Exercise objective → Could you reproduce, from the records below, everything from the line with "extrude(amount=CUT_EXTRUDE1_DEPTH, mode=Mode.SUBTRACT)" down to the line with "Rebuilt in FreeCAD, every", keeping both of those lines and changing nothing?

Data extract →
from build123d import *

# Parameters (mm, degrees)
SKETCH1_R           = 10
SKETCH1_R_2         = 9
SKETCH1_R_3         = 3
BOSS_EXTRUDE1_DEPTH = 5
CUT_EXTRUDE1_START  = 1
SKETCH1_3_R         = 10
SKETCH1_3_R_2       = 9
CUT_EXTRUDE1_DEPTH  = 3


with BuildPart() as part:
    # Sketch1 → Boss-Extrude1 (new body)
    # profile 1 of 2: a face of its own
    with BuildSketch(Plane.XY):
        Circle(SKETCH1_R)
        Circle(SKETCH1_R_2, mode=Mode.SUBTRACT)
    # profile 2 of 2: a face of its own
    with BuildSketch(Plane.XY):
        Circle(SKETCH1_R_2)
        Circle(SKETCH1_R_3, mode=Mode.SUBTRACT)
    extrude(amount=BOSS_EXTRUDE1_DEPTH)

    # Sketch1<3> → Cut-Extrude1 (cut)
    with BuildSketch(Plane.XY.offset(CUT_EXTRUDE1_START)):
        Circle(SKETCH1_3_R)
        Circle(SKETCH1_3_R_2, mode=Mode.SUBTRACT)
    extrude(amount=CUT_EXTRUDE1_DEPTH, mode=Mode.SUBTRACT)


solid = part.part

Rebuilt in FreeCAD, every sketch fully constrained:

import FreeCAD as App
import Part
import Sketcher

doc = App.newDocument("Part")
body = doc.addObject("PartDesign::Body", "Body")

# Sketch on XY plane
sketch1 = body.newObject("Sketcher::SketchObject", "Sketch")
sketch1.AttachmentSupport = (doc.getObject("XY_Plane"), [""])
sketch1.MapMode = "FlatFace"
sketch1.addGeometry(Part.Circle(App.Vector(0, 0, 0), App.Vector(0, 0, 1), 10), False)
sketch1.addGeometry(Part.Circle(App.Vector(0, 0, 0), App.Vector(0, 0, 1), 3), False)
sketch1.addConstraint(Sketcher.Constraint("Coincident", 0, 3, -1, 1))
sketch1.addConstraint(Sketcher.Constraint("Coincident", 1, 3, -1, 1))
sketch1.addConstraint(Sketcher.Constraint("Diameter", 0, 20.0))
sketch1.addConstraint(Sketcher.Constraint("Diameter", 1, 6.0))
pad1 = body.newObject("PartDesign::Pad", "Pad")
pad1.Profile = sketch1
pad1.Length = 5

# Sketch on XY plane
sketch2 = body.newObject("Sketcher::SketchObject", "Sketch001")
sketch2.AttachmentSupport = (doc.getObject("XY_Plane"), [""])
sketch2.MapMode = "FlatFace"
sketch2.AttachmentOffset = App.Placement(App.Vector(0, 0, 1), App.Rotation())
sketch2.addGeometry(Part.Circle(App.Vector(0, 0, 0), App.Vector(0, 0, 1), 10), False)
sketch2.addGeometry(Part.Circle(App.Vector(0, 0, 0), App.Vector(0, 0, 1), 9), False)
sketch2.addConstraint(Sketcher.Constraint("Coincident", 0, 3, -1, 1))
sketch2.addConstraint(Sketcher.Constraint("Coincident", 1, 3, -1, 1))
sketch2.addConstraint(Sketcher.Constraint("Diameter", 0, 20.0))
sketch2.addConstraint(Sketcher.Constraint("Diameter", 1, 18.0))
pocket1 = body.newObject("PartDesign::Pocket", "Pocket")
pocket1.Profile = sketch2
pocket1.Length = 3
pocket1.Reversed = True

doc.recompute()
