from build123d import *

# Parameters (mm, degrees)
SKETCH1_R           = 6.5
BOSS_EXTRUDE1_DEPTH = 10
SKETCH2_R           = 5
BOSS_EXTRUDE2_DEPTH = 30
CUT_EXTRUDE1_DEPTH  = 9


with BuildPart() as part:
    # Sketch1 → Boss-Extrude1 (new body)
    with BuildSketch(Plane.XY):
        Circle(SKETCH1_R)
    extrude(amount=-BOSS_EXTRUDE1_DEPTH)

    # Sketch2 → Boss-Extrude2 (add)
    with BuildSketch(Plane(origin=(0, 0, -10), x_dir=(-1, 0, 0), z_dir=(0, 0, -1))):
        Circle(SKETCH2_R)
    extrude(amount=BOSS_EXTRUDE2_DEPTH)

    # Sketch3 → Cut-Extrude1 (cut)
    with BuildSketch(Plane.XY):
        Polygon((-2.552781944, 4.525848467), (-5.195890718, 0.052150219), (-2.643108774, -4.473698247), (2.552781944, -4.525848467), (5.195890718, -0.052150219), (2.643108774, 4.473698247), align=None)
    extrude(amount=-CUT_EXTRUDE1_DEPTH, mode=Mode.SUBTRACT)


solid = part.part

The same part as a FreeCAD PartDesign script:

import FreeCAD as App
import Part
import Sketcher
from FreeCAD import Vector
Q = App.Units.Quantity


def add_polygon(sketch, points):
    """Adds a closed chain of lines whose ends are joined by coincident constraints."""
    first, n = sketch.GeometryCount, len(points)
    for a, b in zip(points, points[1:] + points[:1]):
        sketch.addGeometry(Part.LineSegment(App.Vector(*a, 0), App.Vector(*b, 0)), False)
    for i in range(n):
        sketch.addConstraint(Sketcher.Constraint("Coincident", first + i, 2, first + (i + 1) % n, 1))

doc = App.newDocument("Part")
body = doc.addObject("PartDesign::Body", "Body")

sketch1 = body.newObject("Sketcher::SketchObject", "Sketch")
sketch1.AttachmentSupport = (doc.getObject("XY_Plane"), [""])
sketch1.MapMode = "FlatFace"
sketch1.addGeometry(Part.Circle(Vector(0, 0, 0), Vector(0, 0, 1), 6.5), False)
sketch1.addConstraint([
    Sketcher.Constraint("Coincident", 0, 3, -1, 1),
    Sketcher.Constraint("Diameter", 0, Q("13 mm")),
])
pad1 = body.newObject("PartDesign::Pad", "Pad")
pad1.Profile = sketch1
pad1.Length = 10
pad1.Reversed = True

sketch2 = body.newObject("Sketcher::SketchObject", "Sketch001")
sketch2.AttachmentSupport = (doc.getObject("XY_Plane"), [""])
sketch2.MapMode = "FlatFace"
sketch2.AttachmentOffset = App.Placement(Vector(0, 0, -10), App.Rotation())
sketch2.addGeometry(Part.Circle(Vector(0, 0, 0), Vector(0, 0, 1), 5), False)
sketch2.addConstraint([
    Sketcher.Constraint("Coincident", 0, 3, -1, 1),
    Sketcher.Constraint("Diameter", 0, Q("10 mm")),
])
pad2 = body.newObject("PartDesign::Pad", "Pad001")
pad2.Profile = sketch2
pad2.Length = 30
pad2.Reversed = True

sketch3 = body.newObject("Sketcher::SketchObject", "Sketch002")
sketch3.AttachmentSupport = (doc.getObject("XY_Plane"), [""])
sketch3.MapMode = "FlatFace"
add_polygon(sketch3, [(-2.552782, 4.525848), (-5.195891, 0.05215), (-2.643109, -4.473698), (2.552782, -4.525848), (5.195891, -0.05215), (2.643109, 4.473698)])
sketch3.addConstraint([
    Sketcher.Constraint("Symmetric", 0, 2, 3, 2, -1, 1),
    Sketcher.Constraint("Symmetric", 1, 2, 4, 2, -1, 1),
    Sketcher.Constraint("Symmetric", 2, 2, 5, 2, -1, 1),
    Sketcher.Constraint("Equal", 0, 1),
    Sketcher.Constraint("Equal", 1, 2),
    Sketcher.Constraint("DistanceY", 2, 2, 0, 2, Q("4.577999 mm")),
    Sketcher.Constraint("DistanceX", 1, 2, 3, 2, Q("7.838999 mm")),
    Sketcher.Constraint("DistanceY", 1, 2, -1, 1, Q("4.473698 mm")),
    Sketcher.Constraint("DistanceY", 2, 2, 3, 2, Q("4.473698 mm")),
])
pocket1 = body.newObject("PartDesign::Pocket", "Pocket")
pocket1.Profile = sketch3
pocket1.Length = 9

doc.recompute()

* * *

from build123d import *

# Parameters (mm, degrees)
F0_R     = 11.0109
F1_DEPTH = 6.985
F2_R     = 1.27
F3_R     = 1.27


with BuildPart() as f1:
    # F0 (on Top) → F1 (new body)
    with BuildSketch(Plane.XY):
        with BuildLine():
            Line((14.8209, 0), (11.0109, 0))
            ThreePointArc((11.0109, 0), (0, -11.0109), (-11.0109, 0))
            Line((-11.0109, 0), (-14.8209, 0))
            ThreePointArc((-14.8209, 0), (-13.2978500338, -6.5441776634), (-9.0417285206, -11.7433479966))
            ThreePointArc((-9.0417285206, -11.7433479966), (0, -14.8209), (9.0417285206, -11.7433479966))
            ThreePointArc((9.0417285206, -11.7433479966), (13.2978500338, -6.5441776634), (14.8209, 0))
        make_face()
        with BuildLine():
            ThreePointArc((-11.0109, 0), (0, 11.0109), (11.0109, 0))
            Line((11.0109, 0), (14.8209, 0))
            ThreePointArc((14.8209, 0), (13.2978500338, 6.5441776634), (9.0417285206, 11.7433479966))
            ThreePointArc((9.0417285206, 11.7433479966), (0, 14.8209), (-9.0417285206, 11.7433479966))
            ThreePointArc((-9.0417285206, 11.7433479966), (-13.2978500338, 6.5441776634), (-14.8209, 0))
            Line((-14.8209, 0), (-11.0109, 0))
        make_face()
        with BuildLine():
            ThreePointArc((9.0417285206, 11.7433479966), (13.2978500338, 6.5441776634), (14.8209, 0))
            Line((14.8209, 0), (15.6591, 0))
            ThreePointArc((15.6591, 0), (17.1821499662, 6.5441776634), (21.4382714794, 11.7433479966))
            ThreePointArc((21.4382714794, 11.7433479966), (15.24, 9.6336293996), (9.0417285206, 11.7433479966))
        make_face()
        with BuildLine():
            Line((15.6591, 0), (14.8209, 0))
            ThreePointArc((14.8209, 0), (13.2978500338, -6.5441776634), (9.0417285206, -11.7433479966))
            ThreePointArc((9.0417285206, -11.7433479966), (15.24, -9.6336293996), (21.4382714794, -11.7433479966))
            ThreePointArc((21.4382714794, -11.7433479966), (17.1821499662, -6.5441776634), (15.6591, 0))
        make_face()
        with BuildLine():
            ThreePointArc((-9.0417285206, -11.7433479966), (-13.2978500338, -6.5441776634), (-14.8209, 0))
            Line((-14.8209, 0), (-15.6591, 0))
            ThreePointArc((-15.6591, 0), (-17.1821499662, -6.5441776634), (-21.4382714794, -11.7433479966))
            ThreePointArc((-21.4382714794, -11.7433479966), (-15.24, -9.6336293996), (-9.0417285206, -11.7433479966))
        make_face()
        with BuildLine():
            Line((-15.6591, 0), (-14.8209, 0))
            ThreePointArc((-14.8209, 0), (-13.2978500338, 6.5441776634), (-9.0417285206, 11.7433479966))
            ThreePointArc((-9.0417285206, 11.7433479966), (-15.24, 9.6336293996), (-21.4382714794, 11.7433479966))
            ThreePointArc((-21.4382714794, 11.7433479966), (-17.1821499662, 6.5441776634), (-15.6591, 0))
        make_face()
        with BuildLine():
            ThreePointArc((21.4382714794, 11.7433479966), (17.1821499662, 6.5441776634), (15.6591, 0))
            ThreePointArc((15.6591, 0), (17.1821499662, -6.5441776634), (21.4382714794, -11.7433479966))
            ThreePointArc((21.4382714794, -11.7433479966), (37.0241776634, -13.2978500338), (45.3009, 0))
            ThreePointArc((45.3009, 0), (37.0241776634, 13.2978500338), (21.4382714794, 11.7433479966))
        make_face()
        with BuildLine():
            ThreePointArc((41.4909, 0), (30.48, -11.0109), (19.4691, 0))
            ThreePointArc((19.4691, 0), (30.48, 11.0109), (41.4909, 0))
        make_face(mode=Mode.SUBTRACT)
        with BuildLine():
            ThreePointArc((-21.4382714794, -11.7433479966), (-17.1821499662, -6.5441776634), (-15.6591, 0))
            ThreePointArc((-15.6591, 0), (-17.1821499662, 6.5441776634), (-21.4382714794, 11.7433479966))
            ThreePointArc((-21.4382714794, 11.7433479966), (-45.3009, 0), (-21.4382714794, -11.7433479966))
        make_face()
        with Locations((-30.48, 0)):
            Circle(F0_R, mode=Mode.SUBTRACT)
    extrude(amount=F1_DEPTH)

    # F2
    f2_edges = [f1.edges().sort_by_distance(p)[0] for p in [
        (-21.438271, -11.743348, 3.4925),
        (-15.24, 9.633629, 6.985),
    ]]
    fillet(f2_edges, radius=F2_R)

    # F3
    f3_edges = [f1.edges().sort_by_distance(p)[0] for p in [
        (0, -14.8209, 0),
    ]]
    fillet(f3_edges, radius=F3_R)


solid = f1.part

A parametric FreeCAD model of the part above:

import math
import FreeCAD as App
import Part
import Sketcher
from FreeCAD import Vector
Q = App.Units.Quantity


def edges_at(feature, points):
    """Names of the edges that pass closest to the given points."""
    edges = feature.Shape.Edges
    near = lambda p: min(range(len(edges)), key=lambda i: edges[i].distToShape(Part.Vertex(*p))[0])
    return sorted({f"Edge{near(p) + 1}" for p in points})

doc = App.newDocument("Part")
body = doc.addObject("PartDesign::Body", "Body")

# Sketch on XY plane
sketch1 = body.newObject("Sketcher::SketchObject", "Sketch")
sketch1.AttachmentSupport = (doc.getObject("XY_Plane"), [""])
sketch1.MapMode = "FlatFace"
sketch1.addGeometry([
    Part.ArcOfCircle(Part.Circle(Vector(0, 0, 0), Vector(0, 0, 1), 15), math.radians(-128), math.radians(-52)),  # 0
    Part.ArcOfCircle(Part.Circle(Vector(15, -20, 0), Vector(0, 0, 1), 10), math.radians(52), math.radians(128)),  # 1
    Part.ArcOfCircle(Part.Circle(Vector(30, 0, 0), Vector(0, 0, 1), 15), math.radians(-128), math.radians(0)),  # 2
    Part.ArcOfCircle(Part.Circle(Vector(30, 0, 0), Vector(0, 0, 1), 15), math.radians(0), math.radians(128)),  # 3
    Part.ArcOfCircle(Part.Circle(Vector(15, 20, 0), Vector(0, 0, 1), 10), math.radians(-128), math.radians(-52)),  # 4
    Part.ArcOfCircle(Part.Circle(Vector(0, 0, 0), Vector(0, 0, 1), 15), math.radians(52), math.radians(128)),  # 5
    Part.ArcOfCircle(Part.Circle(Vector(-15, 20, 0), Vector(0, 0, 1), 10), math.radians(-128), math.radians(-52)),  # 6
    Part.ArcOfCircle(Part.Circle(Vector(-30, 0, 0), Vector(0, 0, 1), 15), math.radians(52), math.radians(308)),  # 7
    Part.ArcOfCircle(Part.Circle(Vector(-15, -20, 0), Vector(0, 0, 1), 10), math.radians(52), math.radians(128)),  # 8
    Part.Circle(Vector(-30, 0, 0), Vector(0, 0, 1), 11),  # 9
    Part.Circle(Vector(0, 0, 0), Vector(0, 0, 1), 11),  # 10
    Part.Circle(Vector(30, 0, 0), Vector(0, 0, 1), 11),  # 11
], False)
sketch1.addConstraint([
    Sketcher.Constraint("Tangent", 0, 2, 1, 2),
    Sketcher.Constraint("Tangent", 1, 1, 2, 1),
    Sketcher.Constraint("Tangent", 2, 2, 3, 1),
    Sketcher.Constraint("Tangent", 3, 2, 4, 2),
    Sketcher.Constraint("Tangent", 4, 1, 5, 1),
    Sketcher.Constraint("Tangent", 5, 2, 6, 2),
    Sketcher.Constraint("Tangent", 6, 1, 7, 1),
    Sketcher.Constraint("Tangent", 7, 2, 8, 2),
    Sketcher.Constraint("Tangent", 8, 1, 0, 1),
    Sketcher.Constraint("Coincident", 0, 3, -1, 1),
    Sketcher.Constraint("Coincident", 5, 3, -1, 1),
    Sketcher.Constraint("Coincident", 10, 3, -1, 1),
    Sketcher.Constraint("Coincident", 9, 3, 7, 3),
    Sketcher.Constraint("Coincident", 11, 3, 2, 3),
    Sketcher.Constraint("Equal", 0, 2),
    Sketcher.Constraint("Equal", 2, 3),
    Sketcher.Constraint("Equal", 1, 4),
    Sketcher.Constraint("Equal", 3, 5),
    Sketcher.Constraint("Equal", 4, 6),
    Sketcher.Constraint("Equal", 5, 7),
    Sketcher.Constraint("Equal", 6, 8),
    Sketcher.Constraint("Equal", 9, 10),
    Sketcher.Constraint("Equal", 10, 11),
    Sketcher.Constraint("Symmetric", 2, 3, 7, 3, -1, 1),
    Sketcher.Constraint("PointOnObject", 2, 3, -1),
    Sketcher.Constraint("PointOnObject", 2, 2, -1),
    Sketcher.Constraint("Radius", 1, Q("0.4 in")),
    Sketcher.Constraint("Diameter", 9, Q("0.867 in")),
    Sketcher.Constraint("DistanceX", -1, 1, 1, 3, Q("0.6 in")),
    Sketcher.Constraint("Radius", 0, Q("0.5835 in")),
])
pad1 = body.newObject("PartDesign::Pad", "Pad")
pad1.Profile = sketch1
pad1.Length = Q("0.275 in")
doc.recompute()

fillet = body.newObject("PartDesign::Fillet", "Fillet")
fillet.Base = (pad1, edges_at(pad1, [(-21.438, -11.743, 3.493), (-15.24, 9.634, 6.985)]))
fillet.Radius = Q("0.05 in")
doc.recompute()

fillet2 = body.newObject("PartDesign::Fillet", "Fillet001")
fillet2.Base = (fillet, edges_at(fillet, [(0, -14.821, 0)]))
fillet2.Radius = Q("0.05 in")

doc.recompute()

Result below →
    extrude(amount=CUT_EXTRUDE1_DEPTH, mode=Mode.SUBTRACT)


solid = part.part

Rebuilt in FreeCAD, every sketch fully constrained:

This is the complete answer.